Hypospadias and epispadias: Nursing

Hypospadias and epispadias are congenital conditions associated with an abnormal position of the urethral opening. In hypospadias, the urethral opening is located along the underside of the penis, on its ventral surface; while in epispadias the urethral opening is positioned along the upper side of the penis, on its dorsal surface.

First, let’s cover some basic physiology and embryology of the male external genitalia. Around the 8th week of pregnancy, the testes start to produce testosterone, which is an androgen responsible for masculinization of the external genitalia. So, in the genital tubercle, urogenital sinus, urogenital folds, and labioscrotal swellings, testosterone is converted to a more potent form called dihydrotestosterone or DHT for short.

Dihydrotestosterone elongates the genital tubercle in the cranial direction, meaning towards the future head, into a primitive phallus, which represents the precursor of the future penis. In the urogenital sinus, it stimulates the formation of the bladder, prostate, bulbourethral glands, and the part of the urethra outside of the penis. On the flip side, in the urethral folds, it stimulates the formation of the ventral shaft of the penis and the penile urethra. Finally, dihydrotestosterone makes the urethral folds and the labioscrotal swellings fuse on the midline in order to form the ventral shaft of the penis, the penile urethra and the scrotum, respectively.

Now, the exact cause of hypospadias and epispadias is still unknown, but some theories suggest they might be associated with abnormal levels of androgens and estrogens. Important risk factors for hypospadias include family history, genetic mutations, maternal age over 35 years, maternal hypertension or diabetes, and maternal exposure to tobacco smoke or pesticides.

Additionally, clients with some congenital conditions have a higher incidence of hypospadias than others. These include inguinal hernia; which occurs when an internal organ, like intestines, protrudes through the inguinal canal; cryptorchidism, which refers to the absence of one or both testes from the scrotal sac; and chordee, or abnormal downward or upward curvature of the penis. Hypospadias is also associated with renal congenital malformations, like renal agenesis, or the absence of one or both kidneys; horseshoe kidney, or fused kidneys; or ureteropelvic junction obstruction.

On the flip side, important risk factors for epispadias include family history, and assistive reproductive technologies, or ARTs for short. Epispadias can also be associated with a congenital abnormality, called bladder exstrophy, which is where the bladder protrudes outside of the abdomen due to an abdominal wall defect.

Now, pathology-wise, in clients with hypospadias, the urethral folds fail to meet up and close adequately, eventually leaving the urethral opening along the ventral side of the penis. Based on the location of the urethral opening, hypospadias can be defined as glanular, or near the head of the penis; midshaft, or located in the middle of the penis; and penoscrotal, at the penis root, where the penis and scrotum come together.

On the other hand, clients with epispadias have a malpositioned genital tubercle that grows towards the rectal area instead of the head.

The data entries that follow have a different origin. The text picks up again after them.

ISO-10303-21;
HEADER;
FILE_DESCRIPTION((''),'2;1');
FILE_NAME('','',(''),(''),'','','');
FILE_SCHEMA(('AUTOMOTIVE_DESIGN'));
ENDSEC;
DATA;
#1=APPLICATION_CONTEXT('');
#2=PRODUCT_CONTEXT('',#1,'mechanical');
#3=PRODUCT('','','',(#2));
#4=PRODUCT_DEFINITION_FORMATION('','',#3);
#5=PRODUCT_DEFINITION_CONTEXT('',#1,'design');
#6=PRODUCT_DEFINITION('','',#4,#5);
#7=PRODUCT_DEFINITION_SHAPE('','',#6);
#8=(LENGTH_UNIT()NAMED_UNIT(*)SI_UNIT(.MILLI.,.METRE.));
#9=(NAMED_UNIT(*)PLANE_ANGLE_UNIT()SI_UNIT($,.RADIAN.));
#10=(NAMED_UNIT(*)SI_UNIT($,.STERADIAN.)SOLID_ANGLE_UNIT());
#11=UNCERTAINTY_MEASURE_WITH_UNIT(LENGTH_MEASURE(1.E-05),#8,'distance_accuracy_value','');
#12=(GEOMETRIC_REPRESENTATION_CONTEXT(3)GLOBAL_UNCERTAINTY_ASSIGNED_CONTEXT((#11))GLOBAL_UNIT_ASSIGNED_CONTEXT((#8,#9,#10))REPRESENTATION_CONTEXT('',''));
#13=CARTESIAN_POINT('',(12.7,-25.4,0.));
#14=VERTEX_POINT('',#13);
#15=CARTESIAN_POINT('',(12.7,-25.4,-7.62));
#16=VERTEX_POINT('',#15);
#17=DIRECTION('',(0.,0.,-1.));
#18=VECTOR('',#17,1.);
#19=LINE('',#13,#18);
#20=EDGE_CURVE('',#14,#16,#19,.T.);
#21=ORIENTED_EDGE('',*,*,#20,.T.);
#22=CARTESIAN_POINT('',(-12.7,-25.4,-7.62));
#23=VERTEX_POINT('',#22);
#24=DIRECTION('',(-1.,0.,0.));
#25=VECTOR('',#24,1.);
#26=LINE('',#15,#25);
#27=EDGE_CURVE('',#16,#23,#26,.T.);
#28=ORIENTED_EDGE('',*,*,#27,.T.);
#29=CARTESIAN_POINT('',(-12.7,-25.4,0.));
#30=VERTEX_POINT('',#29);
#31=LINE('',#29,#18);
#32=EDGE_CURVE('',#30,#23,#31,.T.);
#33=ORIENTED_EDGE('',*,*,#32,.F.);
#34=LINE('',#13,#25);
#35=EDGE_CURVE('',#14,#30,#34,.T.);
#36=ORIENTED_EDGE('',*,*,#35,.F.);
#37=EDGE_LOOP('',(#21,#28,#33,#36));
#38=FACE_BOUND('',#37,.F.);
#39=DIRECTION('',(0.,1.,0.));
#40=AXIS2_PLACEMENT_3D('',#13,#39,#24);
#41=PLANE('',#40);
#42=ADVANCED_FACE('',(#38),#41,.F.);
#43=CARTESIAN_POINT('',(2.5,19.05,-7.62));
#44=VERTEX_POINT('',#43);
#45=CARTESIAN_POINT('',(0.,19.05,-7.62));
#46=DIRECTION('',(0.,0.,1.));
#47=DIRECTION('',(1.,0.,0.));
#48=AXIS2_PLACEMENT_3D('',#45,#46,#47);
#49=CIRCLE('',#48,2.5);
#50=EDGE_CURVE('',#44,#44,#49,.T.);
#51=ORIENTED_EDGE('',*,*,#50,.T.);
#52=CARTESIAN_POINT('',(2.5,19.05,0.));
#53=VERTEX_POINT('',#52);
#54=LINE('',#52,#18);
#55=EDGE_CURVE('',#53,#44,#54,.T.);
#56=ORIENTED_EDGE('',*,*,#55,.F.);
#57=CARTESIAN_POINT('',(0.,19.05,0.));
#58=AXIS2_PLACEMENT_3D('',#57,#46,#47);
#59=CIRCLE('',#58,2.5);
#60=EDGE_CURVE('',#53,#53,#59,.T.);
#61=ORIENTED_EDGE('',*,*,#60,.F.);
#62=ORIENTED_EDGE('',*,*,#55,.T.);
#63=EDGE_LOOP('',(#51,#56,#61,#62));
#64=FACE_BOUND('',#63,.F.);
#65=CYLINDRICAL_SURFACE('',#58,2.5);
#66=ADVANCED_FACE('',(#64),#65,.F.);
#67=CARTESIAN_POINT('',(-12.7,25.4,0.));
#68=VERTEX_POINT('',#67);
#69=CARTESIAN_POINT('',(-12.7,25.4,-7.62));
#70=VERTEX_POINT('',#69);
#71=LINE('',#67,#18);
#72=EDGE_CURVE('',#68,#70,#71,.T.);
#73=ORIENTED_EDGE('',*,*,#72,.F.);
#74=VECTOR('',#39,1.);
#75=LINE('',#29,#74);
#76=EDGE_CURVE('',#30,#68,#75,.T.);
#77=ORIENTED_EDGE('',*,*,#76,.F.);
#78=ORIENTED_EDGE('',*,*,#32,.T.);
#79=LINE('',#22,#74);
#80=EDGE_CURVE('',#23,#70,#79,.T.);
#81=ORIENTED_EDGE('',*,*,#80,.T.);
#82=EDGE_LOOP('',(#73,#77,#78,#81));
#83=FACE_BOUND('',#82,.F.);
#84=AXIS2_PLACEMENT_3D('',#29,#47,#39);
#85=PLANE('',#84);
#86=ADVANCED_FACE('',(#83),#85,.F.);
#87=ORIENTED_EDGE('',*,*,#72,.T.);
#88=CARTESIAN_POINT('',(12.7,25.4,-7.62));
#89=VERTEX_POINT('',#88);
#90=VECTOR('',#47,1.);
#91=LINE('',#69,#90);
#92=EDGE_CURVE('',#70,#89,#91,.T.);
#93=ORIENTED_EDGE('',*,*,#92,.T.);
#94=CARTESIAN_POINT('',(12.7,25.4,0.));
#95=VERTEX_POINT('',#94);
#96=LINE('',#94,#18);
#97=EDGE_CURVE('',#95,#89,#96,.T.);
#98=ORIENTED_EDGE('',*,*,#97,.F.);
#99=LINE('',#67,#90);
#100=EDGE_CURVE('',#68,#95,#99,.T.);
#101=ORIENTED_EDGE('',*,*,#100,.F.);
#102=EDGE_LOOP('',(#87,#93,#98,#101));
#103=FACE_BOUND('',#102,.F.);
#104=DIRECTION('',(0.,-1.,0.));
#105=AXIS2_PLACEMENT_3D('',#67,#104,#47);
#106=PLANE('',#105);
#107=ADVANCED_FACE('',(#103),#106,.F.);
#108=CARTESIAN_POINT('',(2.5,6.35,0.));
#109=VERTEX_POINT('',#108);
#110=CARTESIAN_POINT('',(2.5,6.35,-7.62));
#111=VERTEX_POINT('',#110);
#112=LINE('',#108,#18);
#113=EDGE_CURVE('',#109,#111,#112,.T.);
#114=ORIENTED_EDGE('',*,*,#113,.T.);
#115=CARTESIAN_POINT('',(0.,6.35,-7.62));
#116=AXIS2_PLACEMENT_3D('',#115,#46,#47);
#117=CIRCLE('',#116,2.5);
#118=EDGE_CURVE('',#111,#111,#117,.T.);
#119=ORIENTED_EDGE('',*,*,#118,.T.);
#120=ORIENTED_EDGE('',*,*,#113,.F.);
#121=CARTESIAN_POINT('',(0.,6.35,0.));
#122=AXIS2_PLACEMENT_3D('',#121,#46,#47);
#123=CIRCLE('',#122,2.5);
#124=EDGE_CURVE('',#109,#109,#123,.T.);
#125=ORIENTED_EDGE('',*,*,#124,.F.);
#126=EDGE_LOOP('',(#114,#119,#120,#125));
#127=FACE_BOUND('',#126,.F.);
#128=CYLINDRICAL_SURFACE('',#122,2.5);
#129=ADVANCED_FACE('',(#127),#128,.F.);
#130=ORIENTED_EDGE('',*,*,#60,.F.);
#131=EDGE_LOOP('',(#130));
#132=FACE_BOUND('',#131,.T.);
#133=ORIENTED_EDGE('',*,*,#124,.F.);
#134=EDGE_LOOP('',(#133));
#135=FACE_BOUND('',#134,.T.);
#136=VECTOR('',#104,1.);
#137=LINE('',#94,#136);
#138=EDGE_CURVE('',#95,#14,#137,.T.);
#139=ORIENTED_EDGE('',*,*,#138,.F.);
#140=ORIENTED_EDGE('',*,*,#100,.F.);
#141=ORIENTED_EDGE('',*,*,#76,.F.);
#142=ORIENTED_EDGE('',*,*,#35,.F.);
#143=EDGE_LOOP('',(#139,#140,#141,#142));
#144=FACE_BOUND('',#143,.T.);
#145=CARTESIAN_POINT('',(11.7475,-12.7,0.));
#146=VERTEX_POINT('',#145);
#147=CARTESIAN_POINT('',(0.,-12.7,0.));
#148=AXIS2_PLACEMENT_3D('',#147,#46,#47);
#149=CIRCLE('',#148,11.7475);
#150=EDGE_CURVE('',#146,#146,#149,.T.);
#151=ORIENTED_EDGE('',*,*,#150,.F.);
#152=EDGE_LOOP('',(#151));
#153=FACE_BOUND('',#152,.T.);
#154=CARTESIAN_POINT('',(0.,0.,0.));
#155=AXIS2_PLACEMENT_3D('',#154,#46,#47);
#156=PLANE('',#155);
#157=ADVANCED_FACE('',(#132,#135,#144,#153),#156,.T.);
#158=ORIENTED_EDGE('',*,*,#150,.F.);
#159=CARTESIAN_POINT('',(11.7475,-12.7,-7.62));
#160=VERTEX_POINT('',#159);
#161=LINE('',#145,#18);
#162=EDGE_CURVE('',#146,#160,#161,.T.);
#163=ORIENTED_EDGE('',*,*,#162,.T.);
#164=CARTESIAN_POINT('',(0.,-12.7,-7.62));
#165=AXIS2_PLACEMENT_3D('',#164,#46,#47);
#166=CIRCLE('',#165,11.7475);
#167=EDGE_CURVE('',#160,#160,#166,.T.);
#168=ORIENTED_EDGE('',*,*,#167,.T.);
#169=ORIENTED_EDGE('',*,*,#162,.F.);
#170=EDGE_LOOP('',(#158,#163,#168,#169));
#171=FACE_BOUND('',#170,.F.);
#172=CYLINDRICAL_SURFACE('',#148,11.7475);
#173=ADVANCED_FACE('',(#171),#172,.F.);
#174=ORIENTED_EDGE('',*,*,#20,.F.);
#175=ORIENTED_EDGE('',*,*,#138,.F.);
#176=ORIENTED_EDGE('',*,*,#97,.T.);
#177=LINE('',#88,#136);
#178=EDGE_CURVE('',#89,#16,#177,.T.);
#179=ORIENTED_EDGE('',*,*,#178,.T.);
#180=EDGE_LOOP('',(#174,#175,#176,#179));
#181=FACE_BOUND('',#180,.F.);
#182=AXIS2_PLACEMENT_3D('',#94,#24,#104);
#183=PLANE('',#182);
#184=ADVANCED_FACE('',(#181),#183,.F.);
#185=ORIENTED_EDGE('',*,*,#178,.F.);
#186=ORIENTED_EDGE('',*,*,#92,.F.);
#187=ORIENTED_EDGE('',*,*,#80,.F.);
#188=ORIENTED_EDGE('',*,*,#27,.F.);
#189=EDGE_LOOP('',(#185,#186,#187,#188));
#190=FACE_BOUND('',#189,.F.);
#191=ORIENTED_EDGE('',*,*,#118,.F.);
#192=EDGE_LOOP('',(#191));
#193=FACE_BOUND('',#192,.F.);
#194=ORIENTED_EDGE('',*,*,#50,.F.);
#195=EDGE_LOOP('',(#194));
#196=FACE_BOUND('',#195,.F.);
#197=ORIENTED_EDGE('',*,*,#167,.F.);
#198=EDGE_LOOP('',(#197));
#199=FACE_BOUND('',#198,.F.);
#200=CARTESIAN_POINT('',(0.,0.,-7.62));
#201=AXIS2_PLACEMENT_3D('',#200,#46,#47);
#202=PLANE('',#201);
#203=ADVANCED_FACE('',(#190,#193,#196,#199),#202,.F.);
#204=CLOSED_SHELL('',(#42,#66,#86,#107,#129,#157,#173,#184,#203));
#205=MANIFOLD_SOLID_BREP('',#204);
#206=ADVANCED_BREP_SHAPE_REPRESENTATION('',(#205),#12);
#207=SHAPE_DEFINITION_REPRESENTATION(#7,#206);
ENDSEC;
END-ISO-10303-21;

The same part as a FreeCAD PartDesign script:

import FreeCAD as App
import Part
import Sketcher
Q = App.Units.Quantity


def add_polygon(sketch, points):
    """Adds a closed chain of lines whose ends are joined by coincident constraints."""
    first, n = sketch.GeometryCount, len(points)
    for a, b in zip(points, points[1:] + points[:1]):
        sketch.addGeometry(Part.LineSegment(App.Vector(*a, 0), App.Vector(*b, 0)), False)
    for i in range(n):
        sketch.addConstraint(Sketcher.Constraint("Coincident", first + i, 2, first + (i + 1) % n, 1))

doc = App.newDocument("Part")
body = doc.addObject("PartDesign::Body", "Body")

sketch1 = body.newObject("Sketcher::SketchObject", "Sketch")
sketch1.AttachmentSupport = (doc.getObject("XY_Plane"), [""])
sketch1.MapMode = "FlatFace"
add_polygon(sketch1, [(-12.7, -25.4), (12.7, -25.4), (12.7, 25.4), (-12.7, 25.4)])
sketch1.addGeometry(Part.Circle(App.Vector(0, -12.7, 0), App.Vector(0, 0, 1), 11.7475), False)
sketch1.addGeometry(Part.Circle(App.Vector(0, 6.35, 0), App.Vector(0, 0, 1), 2.5), False)
sketch1.addGeometry(Part.Circle(App.Vector(0, 19.05, 0), App.Vector(0, 0, 1), 2.5), False)
sketch1.addConstraint([
    Sketcher.Constraint("Horizontal", 0),
    Sketcher.Constraint("Vertical", 1),
    Sketcher.Constraint("Horizontal", 2),
    Sketcher.Constraint("Vertical", 3),
    Sketcher.Constraint("Equal", 5, 6),
    Sketcher.Constraint("Symmetric", 0, 2, 2, 2, -1, 1),
    Sketcher.Constraint("PointOnObject", 4, 3, -2),
    Sketcher.Constraint("PointOnObject", 5, 3, -2),
    Sketcher.Constraint("PointOnObject", 6, 3, -2),
    Sketcher.Constraint("DistanceX", 0, 1, 0, 2, Q("1 in")),
    Sketcher.Constraint("DistanceY", 1, 1, 1, 2, Q("2 in")),
    Sketcher.Constraint("Diameter", 4, Q("0.925 in")),
    Sketcher.Constraint("DistanceY", 4, 3, -1, 1, Q("0.5 in")),
    Sketcher.Constraint("DistanceY", 5, 3, 6, 3, Q("0.5 in")),
    Sketcher.Constraint("Diameter", 5, 5.0),
    Sketcher.Constraint("DistanceY", -1, 1, 5, 3, Q("0.25 in")),
])
pad1 = body.newObject("PartDesign::Pad", "Pad")
pad1.Profile = sketch1
pad1.Length = Q("0.3 in")
pad1.Reversed = True

doc.recompute()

Based on the location of the urethral opening, epispadias can be defined as glanular, or near the head of the penis; penile, or located along the penile body; and penopubic, which are found at the root of the penis. Finally, both hypospadias and epispadias can cause serious complications like erectile dysfunction and infertility.

Alright, let’s switch gears and discuss clinical manifestations. Clients with hypospadias present with an abnormal urethral opening along the ventral surface of the penis. On the other hand, clients with epispadias present with an abnormal urethral opening along the dorsal surface of the penis. Other important clinical manifestations of hypospadias and epispadias include problems when aiming the stream of urine and urinary incontinence.

Diagnosis of hypospadias and epispadias is based on the client’s history, physical assessment and detection of an abnormal urethral opening along the ventral or dorsal surface of the penis. Prenatal diagnosis is also possible via an ultrasound, which usually shows a small, blunted penis. An ultrasound is also useful for detecting other anomalies commonly associated with hypospadias such as cryptorchidism, or other urologic malformations.

Treatment of hypospadias and epispadias requires surgical reconstruction of the urethra. This is indicated within the first 2 years of life and includes closure of the abnormal urethral opening and opening of the new one on the tip of the glans. A surgeon can use the foreskin to reconstruct the urethra, therefore circumcision should not be performed in clients with hypospadias or epispadias. After the reconstruction, some clients might present with postoperative complications like meatal stenosis, or stenosis of the urethral opening, urethral strictures, and subsequent obstruction of the urine flow.

Okay, when caring for a client with hypospadias, your priority goals of nursing care are to provide postoperative care and monitor for complications. Now, when providing postoperative care for your client, provide routine care and monitor for complications related to the procedure. There will be a catheter in place to allow for drainage of urine, so be sure to check that it's correctly taped with the penis in an upright position, which will prevent stress on the incision. Encourage fluid intake to promote flow of urine, which will help prevent occlusion of the catheter; and closely monitor the amount of urine output. Report to the healthcare provider if there is no urine output for one hour, as this could indicate the presence of an occlusion.